Le terroriste présumé évoque en effet un deuxième événement déclencheur dans son basculement : l’élection présidentielle en France en 2017, et surtout son duel du second tour. Il y décrit Emmanuel Macron comme un « mondialiste, capitaliste, égalitariste, un ex-banquier d’investissement sans autre aucune conviction nationale que la recherche du profit ». Sans avoir davantage de respect pour Marine Le Pen et son parti – « complètement incapable de créer un réel changement et sans aucun plan viable pour sauver leur nation » – il confesse toutefois avoir mis quelques espoirs dans la victoire de ce qu’il qualifie de camp « quasi nationaliste » et perdu sa « foi en une solution démocratique » lorsque « l’internationaliste, globaliste anti-blanc, ex-banquier a gagné ».
Suprémaciste, séparatiste, affirmationniste blanc
Sans nul doute, ce manifeste est celui d’un « affirmationniste blanc » pour qui « la question centrale est d’empêcher le métissage racial », peut-être même davantage que d’affirmer la supériorité de la « race » blanche, selon l’historien Nicolas Lebourg.
Les codes désormais mondialisés du suprémacisme blanc n’y sont toutefois pas absents. L’auteur inscrit ainsi à plusieurs reprises la devise des 14 mots du néonazi américain David Lane, tirée de son « Manifeste du génocide blanc » : « Nous devons assurer l’existence de notre race et un futur pour les enfants blancs. »
Se définissant comme « principalement ethno-nationaliste », il revendique même son racisme dans plusieurs formules limpides : « Je crois que les différences raciales existent entre les peuples » ; « Il y avait une composante raciale à l’attaque. »
Fascisme et/ou nazisme
S’il se réclame également du fascisme – et même de « l’éco-fascisme » – le terroriste présumé refuse d’être qualifié de « nazi ». « Les nazis actuels n’existent pas », assure-t-il, préférant brandir Oswald Mosley, figure fasciste britannique, comme « personne de l’histoire la plus proche de (s)es croyances ».

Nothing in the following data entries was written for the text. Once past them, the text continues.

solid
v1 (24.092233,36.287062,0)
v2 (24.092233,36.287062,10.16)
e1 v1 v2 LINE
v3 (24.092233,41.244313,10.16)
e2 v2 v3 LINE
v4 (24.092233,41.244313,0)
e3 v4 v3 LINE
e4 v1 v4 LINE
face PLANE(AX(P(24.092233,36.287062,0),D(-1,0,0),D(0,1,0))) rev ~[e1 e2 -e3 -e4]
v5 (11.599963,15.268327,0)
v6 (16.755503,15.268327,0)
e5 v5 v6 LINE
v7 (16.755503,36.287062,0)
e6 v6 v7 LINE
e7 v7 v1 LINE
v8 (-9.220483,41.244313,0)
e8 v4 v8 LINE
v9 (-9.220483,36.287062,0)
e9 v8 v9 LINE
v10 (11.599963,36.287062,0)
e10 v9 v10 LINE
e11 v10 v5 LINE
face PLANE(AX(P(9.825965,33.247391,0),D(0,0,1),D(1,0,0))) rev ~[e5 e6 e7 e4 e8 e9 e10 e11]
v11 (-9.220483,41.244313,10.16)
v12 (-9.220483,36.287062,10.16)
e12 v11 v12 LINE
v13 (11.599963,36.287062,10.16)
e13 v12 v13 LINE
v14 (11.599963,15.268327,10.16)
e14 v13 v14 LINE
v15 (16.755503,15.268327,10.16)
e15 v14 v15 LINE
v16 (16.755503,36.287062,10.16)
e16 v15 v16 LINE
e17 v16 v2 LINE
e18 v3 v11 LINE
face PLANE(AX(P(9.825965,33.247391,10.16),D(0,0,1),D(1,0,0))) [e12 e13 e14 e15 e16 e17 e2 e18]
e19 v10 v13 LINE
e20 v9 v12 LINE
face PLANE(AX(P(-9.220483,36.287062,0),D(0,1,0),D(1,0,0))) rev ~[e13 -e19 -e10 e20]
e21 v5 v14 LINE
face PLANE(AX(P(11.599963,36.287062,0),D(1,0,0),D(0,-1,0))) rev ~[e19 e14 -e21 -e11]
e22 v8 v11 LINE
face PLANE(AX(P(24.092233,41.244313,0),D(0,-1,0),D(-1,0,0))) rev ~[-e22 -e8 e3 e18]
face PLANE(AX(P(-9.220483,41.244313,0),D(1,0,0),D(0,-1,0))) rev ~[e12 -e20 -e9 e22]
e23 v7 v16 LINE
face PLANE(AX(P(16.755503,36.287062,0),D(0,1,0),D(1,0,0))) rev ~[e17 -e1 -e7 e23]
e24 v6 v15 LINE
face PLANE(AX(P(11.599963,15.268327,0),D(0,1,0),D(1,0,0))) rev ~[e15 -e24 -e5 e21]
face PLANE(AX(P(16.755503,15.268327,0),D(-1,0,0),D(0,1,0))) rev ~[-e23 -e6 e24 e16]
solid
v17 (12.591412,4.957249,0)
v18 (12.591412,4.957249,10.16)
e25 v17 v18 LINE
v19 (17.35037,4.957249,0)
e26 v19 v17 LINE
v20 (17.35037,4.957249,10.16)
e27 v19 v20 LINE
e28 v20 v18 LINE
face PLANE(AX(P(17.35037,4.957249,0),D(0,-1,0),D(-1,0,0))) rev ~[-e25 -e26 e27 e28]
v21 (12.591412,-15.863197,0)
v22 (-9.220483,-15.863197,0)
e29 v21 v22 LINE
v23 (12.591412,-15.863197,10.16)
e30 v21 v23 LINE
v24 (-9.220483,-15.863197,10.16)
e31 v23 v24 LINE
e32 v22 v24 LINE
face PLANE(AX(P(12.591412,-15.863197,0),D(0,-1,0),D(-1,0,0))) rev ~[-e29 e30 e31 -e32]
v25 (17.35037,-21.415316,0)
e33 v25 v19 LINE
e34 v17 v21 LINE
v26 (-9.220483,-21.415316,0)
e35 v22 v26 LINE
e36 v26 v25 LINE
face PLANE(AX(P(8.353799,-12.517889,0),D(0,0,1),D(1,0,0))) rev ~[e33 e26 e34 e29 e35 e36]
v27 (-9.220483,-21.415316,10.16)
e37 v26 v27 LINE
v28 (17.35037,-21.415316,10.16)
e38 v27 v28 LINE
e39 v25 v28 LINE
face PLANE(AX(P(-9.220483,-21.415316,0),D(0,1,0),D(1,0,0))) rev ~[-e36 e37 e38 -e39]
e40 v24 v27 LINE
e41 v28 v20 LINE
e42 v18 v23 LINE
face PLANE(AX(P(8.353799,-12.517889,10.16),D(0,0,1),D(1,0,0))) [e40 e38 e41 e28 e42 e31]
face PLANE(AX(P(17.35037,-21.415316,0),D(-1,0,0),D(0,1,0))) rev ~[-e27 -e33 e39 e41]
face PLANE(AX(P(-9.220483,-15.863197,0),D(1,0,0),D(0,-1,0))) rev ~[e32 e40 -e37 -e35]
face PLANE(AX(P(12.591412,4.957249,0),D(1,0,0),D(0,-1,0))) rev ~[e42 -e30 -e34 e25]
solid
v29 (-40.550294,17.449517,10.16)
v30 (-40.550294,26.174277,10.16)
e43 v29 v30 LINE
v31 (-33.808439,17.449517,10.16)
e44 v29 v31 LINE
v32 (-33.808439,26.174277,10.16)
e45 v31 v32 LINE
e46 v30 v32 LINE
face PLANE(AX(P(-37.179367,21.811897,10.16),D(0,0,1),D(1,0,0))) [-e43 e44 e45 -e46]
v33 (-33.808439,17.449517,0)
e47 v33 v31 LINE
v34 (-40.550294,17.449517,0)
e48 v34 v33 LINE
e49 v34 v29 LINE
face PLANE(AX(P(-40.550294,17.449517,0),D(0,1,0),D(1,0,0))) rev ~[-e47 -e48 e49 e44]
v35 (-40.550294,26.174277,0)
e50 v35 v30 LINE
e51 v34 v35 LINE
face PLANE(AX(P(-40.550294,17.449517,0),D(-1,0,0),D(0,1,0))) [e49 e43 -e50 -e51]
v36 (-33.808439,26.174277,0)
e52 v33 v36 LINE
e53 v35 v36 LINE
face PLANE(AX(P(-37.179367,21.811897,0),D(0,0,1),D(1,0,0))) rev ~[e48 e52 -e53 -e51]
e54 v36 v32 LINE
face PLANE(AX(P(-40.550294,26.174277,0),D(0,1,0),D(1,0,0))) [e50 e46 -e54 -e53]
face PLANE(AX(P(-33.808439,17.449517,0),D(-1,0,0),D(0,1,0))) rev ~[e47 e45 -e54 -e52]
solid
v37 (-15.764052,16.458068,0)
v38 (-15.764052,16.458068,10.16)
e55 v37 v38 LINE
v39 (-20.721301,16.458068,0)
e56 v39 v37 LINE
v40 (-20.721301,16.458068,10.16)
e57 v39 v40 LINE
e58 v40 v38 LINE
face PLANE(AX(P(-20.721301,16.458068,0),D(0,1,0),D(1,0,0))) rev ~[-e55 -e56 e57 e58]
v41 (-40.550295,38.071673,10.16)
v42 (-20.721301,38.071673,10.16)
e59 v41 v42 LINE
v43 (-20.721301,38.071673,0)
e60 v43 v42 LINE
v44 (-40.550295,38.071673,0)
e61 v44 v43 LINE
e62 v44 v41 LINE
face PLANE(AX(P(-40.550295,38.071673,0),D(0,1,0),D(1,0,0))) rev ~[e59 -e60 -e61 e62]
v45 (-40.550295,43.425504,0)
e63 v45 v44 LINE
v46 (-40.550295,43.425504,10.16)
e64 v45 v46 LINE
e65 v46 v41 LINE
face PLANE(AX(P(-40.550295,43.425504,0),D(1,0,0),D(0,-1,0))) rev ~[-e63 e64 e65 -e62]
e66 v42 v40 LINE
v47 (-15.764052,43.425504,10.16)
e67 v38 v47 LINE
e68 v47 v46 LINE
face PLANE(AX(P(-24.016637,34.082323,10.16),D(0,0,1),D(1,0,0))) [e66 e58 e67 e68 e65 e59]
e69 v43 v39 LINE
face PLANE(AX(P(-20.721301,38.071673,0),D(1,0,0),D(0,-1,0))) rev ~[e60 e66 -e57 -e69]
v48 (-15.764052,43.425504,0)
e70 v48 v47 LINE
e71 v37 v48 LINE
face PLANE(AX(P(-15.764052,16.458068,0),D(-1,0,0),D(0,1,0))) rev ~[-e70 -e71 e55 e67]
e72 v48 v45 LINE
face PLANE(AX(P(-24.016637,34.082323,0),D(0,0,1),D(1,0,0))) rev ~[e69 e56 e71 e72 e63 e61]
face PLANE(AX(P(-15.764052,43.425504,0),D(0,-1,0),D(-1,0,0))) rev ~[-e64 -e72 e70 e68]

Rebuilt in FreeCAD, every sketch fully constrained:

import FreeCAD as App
import Part
import Sketcher

V = App.Vector
Q = App.Units.Quantity

doc = App.newDocument("Part")
params = doc.addObject("Spreadsheet::Sheet", "Params")
for row, (alias, value) in enumerate([
    ("pad1_length", "0.4 in"),
], start=1):
    params.set(f"A{row}", alias)
    params.set(f"B{row}", "=" + value)
    params.setAlias(f"B{row}", alias)

body = doc.addObject("PartDesign::Body", "Body")
body.AllowCompound = True

sketch1 = body.newObject("Sketcher::SketchObject", "Sketch")
sketch1.AttachmentSupport = (doc.getObject("XY_Plane"), [""])
sketch1.MapMode = "FlatFace"
sketch1.addGeometry(Part.LineSegment(V(24.1, 41.2, 0), V(-9.2, 41.2, 0)), False)
sketch1.addGeometry(Part.LineSegment(V(-9.2, 41.2, 0), V(-9.2, 36.3, 0)), False)
sketch1.addGeometry(Part.LineSegment(V(-9.2, 36.3, 0), V(11.6, 36.3, 0)), False)
sketch1.addGeometry(Part.LineSegment(V(11.6, 36.3, 0), V(11.6, 15.3, 0)), False)
sketch1.addGeometry(Part.LineSegment(V(11.6, 15.3, 0), V(16.8, 15.3, 0)), False)
sketch1.addGeometry(Part.LineSegment(V(16.8, 15.3, 0), V(16.8, 36.3, 0)), False)
sketch1.addGeometry(Part.LineSegment(V(16.8, 36.3, 0), V(24.1, 36.3, 0)), False)
sketch1.addGeometry(Part.LineSegment(V(24.1, 36.3, 0), V(24.1, 41.2, 0)), False)
sketch1.addGeometry(Part.LineSegment(V(17.4, 5, 0), V(12.6, 5, 0)), False)
sketch1.addGeometry(Part.LineSegment(V(12.6, 5, 0), V(12.6, -15.9, 0)), False)
sketch1.addGeometry(Part.LineSegment(V(12.6, -15.9, 0), V(-9.2, -15.9, 0)), False)
sketch1.addGeometry(Part.LineSegment(V(-9.2, -15.9, 0), V(-9.2, -21.4, 0)), False)
sketch1.addGeometry(Part.LineSegment(V(-9.2, -21.4, 0), V(17.4, -21.4, 0)), False)
sketch1.addGeometry(Part.LineSegment(V(17.4, -21.4, 0), V(17.4, 5, 0)), False)
sketch1.addGeometry(Part.LineSegment(V(-40.6, 43.4, 0), V(-40.6, 38.1, 0)), False)
sketch1.addGeometry(Part.LineSegment(V(-40.6, 38.1, 0), V(-20.7, 38.1, 0)), False)
sketch1.addGeometry(Part.LineSegment(V(-20.7, 38.1, 0), V(-20.7, 16.5, 0)), False)
sketch1.addGeometry(Part.LineSegment(V(-20.7, 16.5, 0), V(-15.8, 16.5, 0)), False)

Stéphane François, historien spécialiste de l’extrême droite radicale et chercheur associé au Groupe sociétés, religions, laïcités (CNRS, EPHE, PSL) nuance : « La grande difficulté pour ces milieux est d’opter pour un discours radical tout en évitant l’appellation infamante de nazisme. Mais avec son soleil noir, son discours nativiste, sa composante écologique… Quoiqu’il en dise, son discours reprend des éléments néonazis sans aller “jusqu’au bout” », c’est-à-dire sans la dimension antisémite, centrale dans le nazisme.
Alors « antisémite » ? « Non », répond-t-il à sa propre question. Du moins, encore une fois, tant que chacun reste « chez soi ». Car après avoir affirmé qu’un « juif vivant en Israël » n’était pas son « ennemi », l’extrémiste australien précise promptement : « tant qu’il ne cherche pas à subvertir ou à nuire à mon peuple. » Un « peuple » européen, blanc et chrétien.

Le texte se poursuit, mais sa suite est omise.